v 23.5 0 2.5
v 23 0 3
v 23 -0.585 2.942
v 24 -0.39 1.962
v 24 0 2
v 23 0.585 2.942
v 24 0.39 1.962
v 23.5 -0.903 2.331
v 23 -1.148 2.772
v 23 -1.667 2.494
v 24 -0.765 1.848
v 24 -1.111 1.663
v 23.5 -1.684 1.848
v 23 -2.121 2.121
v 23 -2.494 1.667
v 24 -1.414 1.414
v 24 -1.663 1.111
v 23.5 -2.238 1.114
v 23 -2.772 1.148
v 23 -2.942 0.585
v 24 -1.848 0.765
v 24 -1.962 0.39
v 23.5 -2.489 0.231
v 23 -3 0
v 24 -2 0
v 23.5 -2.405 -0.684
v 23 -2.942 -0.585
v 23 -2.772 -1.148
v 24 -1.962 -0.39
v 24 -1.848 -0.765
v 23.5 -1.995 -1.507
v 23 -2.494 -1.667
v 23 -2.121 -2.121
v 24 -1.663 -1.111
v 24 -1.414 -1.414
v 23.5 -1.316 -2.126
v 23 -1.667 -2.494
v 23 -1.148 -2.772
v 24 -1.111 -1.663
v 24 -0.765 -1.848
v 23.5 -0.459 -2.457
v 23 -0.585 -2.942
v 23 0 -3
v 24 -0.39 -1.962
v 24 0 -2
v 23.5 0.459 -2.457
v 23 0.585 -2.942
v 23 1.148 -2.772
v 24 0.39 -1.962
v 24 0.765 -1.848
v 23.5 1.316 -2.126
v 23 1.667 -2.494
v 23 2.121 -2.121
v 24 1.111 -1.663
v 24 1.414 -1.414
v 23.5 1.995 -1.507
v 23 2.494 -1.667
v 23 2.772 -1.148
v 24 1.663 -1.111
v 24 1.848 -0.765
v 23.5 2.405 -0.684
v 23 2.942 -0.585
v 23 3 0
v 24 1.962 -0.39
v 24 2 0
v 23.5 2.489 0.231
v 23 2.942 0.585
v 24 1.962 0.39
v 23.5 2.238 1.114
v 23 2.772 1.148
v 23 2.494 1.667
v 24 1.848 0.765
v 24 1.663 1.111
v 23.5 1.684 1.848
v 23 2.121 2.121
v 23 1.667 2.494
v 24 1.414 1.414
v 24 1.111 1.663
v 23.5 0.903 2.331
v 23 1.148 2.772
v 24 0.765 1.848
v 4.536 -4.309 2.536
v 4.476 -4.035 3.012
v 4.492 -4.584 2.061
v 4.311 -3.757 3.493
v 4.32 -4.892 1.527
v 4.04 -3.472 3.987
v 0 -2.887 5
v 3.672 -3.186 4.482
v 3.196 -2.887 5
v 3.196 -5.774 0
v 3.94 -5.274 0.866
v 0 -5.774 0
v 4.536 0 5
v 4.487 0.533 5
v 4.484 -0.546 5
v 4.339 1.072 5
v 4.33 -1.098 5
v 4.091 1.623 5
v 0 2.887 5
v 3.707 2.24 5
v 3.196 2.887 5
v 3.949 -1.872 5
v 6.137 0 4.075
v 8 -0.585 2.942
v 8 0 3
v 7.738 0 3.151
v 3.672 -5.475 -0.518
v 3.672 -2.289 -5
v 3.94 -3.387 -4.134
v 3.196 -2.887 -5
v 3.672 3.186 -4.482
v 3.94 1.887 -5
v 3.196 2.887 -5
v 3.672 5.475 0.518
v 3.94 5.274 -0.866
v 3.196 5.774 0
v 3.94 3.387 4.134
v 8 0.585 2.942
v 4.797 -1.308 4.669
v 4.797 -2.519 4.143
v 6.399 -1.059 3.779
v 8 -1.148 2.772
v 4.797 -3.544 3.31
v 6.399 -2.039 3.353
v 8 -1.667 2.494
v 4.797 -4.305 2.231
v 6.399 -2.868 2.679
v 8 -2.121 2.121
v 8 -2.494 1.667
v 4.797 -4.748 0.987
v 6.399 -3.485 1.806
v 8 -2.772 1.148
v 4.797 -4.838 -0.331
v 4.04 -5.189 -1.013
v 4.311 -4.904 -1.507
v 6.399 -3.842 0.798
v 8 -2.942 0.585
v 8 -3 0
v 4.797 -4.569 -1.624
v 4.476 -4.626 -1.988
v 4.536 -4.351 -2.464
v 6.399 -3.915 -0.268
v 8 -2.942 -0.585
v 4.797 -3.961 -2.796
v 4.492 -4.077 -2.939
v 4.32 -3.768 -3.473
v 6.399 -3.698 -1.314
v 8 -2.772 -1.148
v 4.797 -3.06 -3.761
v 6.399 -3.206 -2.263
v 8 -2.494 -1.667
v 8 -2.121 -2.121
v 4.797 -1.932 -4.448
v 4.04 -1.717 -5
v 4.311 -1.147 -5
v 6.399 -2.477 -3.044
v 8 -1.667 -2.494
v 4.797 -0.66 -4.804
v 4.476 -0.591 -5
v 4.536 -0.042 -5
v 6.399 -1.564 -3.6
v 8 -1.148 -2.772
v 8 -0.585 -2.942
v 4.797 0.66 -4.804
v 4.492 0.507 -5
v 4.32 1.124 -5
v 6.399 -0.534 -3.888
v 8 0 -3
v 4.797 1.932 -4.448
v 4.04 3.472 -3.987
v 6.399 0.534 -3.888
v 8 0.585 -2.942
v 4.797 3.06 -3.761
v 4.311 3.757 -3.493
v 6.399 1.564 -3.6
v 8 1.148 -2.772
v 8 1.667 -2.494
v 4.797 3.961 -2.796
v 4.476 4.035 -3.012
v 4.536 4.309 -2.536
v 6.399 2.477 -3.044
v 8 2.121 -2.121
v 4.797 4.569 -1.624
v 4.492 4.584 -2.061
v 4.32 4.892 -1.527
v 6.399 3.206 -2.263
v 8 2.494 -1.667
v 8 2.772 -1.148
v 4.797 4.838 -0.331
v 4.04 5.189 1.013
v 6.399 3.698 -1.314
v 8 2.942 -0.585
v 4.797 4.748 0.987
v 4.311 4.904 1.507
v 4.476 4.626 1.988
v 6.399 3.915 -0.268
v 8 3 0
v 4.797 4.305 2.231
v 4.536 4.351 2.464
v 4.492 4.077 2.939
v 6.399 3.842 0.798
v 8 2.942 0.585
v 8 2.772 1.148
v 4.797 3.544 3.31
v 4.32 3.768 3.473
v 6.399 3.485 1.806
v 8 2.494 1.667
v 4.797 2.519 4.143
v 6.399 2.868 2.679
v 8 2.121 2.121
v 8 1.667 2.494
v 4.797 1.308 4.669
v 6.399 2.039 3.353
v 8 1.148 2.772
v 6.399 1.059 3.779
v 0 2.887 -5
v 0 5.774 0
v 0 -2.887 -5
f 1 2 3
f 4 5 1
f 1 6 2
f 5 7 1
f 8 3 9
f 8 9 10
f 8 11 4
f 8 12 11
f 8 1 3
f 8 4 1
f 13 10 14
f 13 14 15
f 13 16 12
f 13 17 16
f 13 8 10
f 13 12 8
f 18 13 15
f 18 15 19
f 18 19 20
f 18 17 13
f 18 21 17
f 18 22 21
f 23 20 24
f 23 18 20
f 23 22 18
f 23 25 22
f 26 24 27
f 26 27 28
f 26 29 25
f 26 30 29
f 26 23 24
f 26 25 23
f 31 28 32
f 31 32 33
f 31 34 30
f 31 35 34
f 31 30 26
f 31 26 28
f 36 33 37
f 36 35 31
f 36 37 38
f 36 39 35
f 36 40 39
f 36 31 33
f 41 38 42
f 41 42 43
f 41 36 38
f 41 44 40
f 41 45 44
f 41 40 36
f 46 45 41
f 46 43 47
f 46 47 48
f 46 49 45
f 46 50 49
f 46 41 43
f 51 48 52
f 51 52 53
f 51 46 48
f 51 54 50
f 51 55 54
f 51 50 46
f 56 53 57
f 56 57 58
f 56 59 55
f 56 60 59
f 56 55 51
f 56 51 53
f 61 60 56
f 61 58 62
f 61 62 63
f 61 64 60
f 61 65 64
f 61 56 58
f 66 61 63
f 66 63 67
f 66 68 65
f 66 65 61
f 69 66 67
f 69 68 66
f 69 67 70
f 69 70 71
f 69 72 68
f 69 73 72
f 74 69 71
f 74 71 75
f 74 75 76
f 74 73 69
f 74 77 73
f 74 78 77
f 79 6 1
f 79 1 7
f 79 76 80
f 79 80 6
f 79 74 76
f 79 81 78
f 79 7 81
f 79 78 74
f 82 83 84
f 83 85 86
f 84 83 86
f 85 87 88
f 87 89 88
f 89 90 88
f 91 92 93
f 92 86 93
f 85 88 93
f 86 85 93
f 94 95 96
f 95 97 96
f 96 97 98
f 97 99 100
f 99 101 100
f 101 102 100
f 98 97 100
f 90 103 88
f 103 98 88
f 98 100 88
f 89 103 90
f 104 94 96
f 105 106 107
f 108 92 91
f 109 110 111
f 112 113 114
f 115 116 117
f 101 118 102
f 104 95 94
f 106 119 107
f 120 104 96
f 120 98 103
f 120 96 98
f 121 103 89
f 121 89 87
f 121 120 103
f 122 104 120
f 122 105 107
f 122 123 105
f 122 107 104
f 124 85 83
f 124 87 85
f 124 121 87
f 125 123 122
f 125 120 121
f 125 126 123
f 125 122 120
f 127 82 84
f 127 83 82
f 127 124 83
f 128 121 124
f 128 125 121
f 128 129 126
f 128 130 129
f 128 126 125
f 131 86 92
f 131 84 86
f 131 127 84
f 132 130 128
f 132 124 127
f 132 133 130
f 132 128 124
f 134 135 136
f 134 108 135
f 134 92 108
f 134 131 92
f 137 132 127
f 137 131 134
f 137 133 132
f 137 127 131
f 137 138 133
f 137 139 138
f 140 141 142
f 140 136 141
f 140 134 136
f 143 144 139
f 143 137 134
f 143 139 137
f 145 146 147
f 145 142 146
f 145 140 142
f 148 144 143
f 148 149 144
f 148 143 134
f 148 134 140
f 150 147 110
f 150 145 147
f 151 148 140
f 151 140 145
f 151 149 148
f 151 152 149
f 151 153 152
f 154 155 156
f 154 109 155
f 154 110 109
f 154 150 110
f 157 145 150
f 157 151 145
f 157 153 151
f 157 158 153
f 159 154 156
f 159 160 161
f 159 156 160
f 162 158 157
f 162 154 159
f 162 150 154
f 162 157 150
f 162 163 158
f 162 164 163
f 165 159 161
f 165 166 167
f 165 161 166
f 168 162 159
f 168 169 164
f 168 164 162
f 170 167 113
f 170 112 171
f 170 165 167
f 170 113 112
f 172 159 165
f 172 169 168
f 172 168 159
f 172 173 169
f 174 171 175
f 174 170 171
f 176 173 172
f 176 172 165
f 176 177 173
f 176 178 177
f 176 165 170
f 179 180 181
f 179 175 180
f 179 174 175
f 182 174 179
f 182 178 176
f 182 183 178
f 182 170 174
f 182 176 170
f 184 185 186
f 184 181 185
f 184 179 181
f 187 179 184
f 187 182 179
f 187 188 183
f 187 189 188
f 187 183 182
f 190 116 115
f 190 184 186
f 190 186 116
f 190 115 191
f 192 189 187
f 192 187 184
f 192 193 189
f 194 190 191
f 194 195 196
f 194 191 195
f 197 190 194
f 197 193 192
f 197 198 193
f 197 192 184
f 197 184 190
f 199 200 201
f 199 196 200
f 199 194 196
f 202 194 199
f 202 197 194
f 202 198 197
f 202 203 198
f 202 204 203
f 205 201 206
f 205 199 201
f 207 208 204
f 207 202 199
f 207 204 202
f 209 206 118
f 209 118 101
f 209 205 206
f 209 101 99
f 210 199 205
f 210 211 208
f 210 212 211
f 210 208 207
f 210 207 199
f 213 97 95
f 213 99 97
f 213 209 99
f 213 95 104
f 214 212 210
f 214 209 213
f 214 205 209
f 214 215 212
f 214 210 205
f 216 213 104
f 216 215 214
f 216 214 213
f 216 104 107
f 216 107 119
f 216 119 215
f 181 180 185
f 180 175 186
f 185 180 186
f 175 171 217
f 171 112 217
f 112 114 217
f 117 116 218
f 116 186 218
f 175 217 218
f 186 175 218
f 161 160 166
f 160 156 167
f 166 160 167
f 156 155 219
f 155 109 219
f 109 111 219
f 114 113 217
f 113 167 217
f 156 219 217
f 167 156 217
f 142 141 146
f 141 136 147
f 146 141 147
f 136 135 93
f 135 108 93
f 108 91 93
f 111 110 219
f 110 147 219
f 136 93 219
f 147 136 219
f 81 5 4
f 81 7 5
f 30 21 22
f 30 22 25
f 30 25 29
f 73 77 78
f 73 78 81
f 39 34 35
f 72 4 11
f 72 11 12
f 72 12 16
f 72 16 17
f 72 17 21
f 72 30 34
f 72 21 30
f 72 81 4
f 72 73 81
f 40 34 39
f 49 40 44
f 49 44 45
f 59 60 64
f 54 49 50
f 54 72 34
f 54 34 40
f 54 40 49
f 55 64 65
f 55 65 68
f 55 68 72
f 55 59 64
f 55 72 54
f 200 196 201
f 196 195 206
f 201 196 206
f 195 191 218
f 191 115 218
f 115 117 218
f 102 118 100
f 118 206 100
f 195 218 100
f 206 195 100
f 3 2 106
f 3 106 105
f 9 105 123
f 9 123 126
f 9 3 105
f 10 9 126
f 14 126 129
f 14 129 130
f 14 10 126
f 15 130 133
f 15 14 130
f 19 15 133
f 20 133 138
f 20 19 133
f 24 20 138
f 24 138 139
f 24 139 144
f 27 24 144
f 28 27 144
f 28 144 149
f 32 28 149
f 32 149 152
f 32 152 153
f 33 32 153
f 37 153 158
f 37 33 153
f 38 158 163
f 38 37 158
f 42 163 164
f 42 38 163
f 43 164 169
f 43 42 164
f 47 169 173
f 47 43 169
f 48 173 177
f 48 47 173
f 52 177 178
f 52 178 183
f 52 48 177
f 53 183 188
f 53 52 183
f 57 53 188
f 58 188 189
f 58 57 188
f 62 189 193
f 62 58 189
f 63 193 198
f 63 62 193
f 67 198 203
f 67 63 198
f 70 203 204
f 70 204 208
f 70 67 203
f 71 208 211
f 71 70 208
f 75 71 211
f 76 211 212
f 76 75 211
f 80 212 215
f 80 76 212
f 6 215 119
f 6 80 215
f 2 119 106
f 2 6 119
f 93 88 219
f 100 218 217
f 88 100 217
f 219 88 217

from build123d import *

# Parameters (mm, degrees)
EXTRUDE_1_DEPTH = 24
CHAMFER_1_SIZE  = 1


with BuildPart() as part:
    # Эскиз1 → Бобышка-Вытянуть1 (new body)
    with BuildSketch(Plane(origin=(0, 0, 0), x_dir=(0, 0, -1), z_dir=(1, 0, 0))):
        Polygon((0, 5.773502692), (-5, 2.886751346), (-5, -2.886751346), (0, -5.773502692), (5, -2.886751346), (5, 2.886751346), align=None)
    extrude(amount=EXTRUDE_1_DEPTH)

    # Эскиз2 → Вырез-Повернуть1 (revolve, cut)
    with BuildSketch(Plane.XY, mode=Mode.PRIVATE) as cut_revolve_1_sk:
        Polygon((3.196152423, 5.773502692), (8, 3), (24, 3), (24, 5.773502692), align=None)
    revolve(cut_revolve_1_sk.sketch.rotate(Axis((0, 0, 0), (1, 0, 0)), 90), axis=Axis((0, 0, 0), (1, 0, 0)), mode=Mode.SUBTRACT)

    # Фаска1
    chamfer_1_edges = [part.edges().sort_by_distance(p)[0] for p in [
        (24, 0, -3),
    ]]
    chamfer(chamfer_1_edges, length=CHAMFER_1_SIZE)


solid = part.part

━━━━━━━━━━━━━━━━━━━━━━━━━━━━━━

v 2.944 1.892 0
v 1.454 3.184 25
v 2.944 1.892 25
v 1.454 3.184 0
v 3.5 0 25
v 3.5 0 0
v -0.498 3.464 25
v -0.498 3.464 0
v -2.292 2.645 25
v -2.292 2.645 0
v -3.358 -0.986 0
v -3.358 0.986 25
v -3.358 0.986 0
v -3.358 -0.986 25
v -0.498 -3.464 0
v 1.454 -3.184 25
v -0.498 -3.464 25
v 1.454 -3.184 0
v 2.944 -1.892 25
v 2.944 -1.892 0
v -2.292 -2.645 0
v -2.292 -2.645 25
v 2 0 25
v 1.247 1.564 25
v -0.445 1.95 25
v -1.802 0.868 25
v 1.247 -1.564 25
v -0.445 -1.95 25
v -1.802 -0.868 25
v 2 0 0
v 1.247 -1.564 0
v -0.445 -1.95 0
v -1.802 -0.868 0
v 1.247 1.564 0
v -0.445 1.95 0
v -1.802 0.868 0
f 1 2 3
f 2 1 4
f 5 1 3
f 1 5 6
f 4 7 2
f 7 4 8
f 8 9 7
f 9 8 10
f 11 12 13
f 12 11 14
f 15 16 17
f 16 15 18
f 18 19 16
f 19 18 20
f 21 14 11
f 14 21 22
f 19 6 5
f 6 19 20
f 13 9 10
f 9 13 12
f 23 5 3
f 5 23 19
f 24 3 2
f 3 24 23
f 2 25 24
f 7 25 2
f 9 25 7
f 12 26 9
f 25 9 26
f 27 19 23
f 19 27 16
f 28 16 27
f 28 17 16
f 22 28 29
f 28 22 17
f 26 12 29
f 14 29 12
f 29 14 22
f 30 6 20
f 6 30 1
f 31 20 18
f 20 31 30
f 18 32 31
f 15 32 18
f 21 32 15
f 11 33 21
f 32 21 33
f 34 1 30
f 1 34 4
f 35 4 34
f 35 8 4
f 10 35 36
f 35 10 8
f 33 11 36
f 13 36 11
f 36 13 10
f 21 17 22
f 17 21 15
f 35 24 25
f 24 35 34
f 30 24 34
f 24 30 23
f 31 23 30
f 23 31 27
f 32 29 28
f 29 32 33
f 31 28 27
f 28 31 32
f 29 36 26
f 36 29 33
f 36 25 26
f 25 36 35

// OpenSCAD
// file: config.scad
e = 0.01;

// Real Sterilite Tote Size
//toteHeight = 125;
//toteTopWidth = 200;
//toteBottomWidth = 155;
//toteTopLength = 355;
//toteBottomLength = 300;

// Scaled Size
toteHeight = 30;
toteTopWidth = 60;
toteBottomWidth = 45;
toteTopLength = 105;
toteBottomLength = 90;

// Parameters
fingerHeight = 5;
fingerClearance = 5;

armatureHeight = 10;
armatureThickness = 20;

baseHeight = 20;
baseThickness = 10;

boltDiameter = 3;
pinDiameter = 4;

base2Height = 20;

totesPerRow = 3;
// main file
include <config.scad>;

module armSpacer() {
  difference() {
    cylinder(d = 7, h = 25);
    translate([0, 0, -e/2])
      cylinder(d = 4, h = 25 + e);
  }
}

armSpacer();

━━━━━━━━━━━━━━━━━━━━━━━━━━━━━━

EXERCISE GOAL:
Within the listing above, the range opens at the line with "f 134 135 136" and closes at the line with "f 148 149 144". Reproduce exactly the lines of that range, including both ends.

YOUR SOLUTION:
f 134 135 136
f 134 108 135
f 134 92 108
f 134 131 92
f 137 132 127
f 137 131 134
f 137 133 132
f 137 127 131
f 137 138 133
f 137 139 138
f 140 141 142
f 140 136 141
f 140 134 136
f 143 144 139
f 143 137 134
f 143 139 137
f 145 146 147
f 145 142 146
f 145 140 142
f 148 144 143
f 148 149 144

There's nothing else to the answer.